ENTRIES PROVIDED
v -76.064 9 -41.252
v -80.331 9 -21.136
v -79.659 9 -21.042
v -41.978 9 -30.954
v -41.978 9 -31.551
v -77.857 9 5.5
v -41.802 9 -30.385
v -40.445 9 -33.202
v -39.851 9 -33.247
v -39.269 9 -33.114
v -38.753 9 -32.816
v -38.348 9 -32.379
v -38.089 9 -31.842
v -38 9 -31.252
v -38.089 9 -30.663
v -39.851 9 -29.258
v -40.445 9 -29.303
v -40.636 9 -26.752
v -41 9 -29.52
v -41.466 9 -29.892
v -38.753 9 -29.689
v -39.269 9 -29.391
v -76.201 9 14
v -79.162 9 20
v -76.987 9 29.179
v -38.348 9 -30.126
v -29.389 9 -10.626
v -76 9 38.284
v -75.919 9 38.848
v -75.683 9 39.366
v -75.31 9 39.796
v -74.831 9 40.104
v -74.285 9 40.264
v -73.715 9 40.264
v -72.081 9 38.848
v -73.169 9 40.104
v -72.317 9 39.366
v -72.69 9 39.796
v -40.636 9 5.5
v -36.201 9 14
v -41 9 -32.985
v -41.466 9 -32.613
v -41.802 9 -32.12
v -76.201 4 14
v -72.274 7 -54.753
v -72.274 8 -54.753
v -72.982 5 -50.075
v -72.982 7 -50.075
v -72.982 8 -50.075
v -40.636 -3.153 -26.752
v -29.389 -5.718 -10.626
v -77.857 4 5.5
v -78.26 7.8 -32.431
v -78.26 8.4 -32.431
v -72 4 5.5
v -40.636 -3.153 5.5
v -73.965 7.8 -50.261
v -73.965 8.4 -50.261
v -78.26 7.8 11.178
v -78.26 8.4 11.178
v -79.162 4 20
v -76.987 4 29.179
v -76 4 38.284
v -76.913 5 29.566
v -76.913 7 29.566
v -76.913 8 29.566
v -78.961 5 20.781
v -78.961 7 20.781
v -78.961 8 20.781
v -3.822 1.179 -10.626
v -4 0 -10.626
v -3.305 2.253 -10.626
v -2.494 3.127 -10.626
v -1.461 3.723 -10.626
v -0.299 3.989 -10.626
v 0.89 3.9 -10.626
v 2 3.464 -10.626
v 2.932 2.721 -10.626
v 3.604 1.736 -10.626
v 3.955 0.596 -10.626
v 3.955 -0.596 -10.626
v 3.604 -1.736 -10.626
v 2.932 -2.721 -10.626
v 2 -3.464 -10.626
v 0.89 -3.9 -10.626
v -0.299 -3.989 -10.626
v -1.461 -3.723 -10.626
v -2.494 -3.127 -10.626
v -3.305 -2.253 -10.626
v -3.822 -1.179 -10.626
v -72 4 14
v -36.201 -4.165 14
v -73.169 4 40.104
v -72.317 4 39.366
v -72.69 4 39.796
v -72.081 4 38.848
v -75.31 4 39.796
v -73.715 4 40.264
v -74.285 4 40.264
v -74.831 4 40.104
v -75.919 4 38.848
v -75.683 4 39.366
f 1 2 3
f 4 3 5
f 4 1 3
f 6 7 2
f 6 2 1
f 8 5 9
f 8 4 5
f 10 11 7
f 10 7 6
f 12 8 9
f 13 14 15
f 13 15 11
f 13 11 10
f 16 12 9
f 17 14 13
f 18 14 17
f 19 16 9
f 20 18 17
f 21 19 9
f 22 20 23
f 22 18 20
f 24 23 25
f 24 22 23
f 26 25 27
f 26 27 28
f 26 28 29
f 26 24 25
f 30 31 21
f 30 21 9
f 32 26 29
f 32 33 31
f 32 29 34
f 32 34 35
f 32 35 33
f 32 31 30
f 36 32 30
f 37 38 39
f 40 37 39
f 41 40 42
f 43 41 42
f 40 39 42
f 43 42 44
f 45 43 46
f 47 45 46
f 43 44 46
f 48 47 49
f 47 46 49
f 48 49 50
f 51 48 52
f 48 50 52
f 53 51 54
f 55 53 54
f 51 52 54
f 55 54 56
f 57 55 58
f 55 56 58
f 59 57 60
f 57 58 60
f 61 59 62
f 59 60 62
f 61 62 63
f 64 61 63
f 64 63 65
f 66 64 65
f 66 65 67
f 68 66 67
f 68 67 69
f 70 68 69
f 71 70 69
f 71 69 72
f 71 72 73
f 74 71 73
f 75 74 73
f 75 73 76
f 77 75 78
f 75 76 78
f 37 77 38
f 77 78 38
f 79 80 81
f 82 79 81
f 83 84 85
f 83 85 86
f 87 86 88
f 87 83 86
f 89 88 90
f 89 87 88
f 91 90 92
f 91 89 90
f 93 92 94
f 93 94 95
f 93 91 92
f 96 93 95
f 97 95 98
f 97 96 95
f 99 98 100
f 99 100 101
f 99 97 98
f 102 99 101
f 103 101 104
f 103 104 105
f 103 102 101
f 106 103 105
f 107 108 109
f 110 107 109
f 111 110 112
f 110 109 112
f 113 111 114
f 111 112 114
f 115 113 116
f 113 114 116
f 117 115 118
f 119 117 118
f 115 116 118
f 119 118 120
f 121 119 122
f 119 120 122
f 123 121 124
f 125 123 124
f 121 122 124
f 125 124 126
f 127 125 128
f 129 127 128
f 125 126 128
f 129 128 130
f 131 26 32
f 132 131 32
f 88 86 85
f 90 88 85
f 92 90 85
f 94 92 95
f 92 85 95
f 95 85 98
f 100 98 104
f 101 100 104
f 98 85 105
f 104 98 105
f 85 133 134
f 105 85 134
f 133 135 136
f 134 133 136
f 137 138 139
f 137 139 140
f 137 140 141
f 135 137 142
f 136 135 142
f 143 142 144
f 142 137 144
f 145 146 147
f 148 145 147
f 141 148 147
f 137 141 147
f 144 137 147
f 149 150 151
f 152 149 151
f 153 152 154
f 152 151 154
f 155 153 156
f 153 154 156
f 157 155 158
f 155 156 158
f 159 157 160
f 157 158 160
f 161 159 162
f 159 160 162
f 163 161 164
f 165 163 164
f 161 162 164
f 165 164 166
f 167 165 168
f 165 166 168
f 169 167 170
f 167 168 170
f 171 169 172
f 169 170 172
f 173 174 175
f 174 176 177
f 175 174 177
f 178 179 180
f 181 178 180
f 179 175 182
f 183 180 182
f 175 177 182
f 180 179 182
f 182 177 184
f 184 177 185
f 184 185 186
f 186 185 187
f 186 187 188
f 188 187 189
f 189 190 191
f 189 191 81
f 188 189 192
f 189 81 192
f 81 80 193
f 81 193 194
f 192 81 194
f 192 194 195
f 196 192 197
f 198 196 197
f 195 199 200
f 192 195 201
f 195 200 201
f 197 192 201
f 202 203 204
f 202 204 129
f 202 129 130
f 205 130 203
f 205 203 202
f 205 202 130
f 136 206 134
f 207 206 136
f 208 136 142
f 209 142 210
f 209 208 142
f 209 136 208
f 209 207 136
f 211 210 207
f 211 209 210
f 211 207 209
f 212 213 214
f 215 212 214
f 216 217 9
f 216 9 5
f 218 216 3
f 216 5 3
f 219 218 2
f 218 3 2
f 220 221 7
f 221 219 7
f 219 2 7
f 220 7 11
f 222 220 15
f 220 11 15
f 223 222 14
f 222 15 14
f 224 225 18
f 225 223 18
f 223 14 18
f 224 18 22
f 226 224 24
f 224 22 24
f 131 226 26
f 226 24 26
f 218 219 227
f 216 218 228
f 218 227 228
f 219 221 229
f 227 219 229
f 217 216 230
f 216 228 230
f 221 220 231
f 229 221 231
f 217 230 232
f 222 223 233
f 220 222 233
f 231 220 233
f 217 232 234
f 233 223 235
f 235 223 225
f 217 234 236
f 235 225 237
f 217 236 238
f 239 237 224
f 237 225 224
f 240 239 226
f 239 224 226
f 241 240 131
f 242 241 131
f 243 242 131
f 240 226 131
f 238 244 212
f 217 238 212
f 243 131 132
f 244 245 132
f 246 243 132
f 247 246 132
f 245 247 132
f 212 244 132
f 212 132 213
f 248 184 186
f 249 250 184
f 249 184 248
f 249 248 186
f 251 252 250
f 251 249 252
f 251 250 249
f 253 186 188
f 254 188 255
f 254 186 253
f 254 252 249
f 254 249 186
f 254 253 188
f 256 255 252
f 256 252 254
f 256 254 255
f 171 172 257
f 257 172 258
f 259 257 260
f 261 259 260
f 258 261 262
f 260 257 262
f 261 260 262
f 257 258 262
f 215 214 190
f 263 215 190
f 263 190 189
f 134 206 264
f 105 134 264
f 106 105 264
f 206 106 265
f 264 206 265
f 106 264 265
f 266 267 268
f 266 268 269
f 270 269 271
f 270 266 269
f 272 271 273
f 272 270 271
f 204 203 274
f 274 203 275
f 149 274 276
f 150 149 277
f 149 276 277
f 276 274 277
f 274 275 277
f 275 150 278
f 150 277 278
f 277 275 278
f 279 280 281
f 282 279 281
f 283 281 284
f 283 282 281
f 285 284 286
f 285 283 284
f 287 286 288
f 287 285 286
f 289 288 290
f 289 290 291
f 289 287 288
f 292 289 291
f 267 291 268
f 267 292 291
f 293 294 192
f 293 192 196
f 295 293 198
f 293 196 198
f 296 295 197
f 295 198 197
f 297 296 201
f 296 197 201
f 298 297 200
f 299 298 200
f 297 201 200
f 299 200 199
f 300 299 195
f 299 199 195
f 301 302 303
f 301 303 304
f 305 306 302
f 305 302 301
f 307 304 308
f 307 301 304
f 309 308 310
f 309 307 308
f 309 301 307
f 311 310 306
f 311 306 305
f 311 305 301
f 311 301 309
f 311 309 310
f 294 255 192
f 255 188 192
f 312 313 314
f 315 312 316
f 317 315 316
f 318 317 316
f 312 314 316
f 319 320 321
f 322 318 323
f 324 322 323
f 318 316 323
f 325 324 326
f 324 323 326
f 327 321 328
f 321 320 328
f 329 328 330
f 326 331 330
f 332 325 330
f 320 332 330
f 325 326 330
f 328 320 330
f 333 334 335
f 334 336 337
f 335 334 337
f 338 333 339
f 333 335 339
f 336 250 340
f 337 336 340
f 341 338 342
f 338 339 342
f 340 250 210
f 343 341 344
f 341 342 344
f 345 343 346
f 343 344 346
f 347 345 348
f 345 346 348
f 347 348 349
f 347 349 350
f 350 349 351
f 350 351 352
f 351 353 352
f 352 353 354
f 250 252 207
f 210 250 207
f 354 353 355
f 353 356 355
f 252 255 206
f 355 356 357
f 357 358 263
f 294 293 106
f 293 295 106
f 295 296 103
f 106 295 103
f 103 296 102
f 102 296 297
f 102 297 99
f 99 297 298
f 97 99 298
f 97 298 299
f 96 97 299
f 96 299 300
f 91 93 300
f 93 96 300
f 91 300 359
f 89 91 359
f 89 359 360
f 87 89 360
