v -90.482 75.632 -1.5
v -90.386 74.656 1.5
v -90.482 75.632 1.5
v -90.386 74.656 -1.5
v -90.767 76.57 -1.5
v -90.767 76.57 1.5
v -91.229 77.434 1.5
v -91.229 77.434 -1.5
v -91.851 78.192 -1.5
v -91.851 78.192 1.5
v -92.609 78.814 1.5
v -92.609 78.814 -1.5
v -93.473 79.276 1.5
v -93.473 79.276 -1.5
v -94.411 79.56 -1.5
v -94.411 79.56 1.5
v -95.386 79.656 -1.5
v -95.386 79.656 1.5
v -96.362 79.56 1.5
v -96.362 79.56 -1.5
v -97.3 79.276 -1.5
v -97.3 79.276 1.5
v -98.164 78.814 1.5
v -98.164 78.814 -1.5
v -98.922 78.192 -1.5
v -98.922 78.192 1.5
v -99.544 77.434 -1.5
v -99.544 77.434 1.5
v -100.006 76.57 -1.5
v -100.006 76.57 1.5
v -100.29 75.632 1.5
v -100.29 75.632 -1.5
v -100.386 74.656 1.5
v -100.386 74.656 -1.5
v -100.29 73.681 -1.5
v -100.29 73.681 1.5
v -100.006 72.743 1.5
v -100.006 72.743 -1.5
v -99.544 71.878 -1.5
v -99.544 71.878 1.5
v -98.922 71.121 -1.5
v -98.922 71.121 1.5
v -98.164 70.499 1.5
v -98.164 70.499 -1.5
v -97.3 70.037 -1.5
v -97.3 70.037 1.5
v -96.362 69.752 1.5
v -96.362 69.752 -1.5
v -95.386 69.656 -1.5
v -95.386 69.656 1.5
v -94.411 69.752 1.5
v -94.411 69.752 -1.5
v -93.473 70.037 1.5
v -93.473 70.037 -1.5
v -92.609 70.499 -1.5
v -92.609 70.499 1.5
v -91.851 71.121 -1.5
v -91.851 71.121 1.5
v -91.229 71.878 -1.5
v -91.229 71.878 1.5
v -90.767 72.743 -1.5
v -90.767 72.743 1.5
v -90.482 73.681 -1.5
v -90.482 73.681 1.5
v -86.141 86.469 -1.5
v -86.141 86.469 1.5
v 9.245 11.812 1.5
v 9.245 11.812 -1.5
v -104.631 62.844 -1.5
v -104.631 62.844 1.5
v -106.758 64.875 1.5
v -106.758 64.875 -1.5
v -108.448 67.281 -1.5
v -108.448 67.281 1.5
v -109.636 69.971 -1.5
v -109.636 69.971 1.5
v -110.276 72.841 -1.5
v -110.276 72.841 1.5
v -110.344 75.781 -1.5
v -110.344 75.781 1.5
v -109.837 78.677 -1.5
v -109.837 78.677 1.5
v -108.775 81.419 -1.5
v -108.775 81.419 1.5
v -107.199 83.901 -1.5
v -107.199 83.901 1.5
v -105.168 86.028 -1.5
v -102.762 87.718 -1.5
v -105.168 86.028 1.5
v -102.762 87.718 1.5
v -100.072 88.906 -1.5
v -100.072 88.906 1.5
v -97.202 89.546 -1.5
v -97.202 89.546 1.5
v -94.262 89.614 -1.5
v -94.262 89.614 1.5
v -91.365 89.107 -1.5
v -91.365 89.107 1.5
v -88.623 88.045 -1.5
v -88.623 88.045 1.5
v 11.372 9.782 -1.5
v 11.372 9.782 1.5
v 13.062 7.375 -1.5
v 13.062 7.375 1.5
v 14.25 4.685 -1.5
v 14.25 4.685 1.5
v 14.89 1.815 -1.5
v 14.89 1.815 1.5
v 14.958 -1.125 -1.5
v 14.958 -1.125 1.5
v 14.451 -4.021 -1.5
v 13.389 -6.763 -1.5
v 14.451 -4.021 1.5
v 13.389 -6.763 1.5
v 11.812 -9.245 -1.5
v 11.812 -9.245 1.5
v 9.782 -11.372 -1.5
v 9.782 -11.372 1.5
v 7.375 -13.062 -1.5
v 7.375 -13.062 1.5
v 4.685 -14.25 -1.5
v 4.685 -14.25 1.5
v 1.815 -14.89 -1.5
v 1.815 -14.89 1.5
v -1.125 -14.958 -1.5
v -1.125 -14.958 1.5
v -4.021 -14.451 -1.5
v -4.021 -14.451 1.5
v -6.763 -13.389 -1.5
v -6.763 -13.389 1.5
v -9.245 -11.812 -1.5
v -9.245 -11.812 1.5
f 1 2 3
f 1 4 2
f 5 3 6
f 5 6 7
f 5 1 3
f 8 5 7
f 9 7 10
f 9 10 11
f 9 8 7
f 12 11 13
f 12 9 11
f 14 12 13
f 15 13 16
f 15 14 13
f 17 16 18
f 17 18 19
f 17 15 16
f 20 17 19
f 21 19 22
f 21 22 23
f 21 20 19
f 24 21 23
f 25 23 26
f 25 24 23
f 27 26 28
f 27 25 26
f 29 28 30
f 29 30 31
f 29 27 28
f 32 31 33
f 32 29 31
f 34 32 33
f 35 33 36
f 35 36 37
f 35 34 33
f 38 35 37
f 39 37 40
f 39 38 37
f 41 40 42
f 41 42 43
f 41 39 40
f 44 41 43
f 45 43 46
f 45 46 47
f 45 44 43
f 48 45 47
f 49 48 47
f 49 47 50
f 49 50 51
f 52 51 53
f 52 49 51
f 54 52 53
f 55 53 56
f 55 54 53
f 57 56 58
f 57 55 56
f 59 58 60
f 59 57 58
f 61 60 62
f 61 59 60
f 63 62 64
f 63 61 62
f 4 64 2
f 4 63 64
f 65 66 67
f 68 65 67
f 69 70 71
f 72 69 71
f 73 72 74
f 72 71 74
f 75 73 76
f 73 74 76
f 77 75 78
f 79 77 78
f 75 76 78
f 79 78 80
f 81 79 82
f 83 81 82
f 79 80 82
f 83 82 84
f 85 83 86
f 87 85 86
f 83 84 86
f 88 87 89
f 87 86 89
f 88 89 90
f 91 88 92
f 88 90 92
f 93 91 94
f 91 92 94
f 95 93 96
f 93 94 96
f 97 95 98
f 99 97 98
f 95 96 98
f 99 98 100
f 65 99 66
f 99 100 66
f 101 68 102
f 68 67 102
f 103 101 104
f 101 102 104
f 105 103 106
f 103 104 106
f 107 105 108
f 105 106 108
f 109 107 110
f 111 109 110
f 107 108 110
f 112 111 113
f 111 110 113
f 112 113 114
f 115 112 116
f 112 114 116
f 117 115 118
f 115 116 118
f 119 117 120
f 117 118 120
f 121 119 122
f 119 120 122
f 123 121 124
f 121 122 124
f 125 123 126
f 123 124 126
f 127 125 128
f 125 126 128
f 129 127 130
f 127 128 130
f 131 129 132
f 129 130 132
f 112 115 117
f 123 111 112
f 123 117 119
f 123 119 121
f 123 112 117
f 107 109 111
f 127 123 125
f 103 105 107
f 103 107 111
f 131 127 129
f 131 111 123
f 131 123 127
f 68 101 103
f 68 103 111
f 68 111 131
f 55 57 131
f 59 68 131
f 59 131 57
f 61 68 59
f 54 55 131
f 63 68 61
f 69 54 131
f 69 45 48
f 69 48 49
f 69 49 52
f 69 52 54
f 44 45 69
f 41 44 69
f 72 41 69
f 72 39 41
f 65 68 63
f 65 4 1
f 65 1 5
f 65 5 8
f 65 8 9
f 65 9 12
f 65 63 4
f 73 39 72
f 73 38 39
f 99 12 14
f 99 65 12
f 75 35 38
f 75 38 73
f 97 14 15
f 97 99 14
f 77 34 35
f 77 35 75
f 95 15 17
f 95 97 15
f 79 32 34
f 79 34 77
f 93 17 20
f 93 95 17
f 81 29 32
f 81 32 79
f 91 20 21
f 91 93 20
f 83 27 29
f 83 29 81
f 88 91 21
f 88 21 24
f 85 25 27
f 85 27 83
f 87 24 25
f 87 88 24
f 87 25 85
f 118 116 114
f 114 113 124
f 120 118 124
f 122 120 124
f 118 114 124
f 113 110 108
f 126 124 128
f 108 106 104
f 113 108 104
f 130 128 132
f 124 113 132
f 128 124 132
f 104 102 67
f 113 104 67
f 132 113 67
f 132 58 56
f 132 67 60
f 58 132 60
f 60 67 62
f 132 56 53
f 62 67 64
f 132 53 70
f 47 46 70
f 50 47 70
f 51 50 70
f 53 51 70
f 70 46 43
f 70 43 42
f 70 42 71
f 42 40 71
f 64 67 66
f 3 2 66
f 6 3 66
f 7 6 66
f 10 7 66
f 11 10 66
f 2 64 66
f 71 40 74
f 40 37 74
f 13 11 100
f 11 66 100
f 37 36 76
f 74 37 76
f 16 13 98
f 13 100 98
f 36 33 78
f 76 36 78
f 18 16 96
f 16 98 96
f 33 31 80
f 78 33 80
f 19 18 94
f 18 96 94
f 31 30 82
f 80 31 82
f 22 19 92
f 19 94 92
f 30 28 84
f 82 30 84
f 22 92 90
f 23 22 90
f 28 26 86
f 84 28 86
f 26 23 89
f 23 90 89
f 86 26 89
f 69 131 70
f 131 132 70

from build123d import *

# Parameters (mm, degrees)
SKETCH1_R           = 5
BOSS_EXTRUDE1_DEPTH = 1.5


with BuildPart() as part:
    # Sketch1 → Boss-Extrude1 (new, symmetric)
    with BuildSketch(Plane.XY):
        with BuildLine():
            Line((-86.14130577, 86.468523976), (9.245091692, 11.812208921))
            ThreePointArc((9.245091692, 11.812208921), (11.812208921, -9.245091692), (-9.245091692, -11.812208921))
            Line((-9.245091692, -11.812208921), (-104.631489155, 62.844106133))
            ThreePointArc((-104.631489155, 62.844106133), (-107.198606384, 83.901406746), (-86.14130577, 86.468523976))
        make_face()
        with Locations((-95.386397462, 74.656315054)):
            Circle(SKETCH1_R, mode=Mode.SUBTRACT)
    extrude(amount=BOSS_EXTRUDE1_DEPTH, both=True)


solid = part.part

TASK OBJECTIVE
Of the lines above, extract only those from the line with "f 282 279 281" to the line with "f 345 346 348", both included, exactly as written.

ANSWER AREA
f 282 279 281
f 283 281 284
f 283 282 281
f 285 284 286
f 285 283 284
f 287 286 288
f 287 285 286
f 289 288 290
f 289 290 291
f 289 287 288
f 292 289 291
f 267 291 268
f 267 292 291
f 293 294 192
f 293 192 196
f 295 293 198
f 293 196 198
f 296 295 197
f 295 198 197
f 297 296 201
f 296 197 201
f 298 297 200
f 299 298 200
f 297 201 200
f 299 200 199
f 300 299 195
f 299 199 195
f 301 302 303
f 301 303 304
f 305 306 302
f 305 302 301
f 307 304 308
f 307 301 304
f 309 308 310
f 309 307 308
f 309 301 307
f 311 310 306
f 311 306 305
f 311 305 301
f 311 301 309
f 311 309 310
f 294 255 192
f 255 188 192
f 312 313 314
f 315 312 316
f 317 315 316
f 318 317 316
f 312 314 316
f 319 320 321
f 322 318 323
f 324 322 323
f 318 316 323
f 325 324 326
f 324 323 326
f 327 321 328
f 321 320 328
f 329 328 330
f 326 331 330
f 332 325 330
f 320 332 330
f 325 326 330
f 328 320 330
f 333 334 335
f 334 336 337
f 335 334 337
f 338 333 339
f 333 335 339
f 336 250 340
f 337 336 340
f 341 338 342
f 338 339 342
f 340 250 210
f 343 341 344
f 341 342 344
f 345 343 346
f 343 344 346
f 347 345 348
f 345 346 348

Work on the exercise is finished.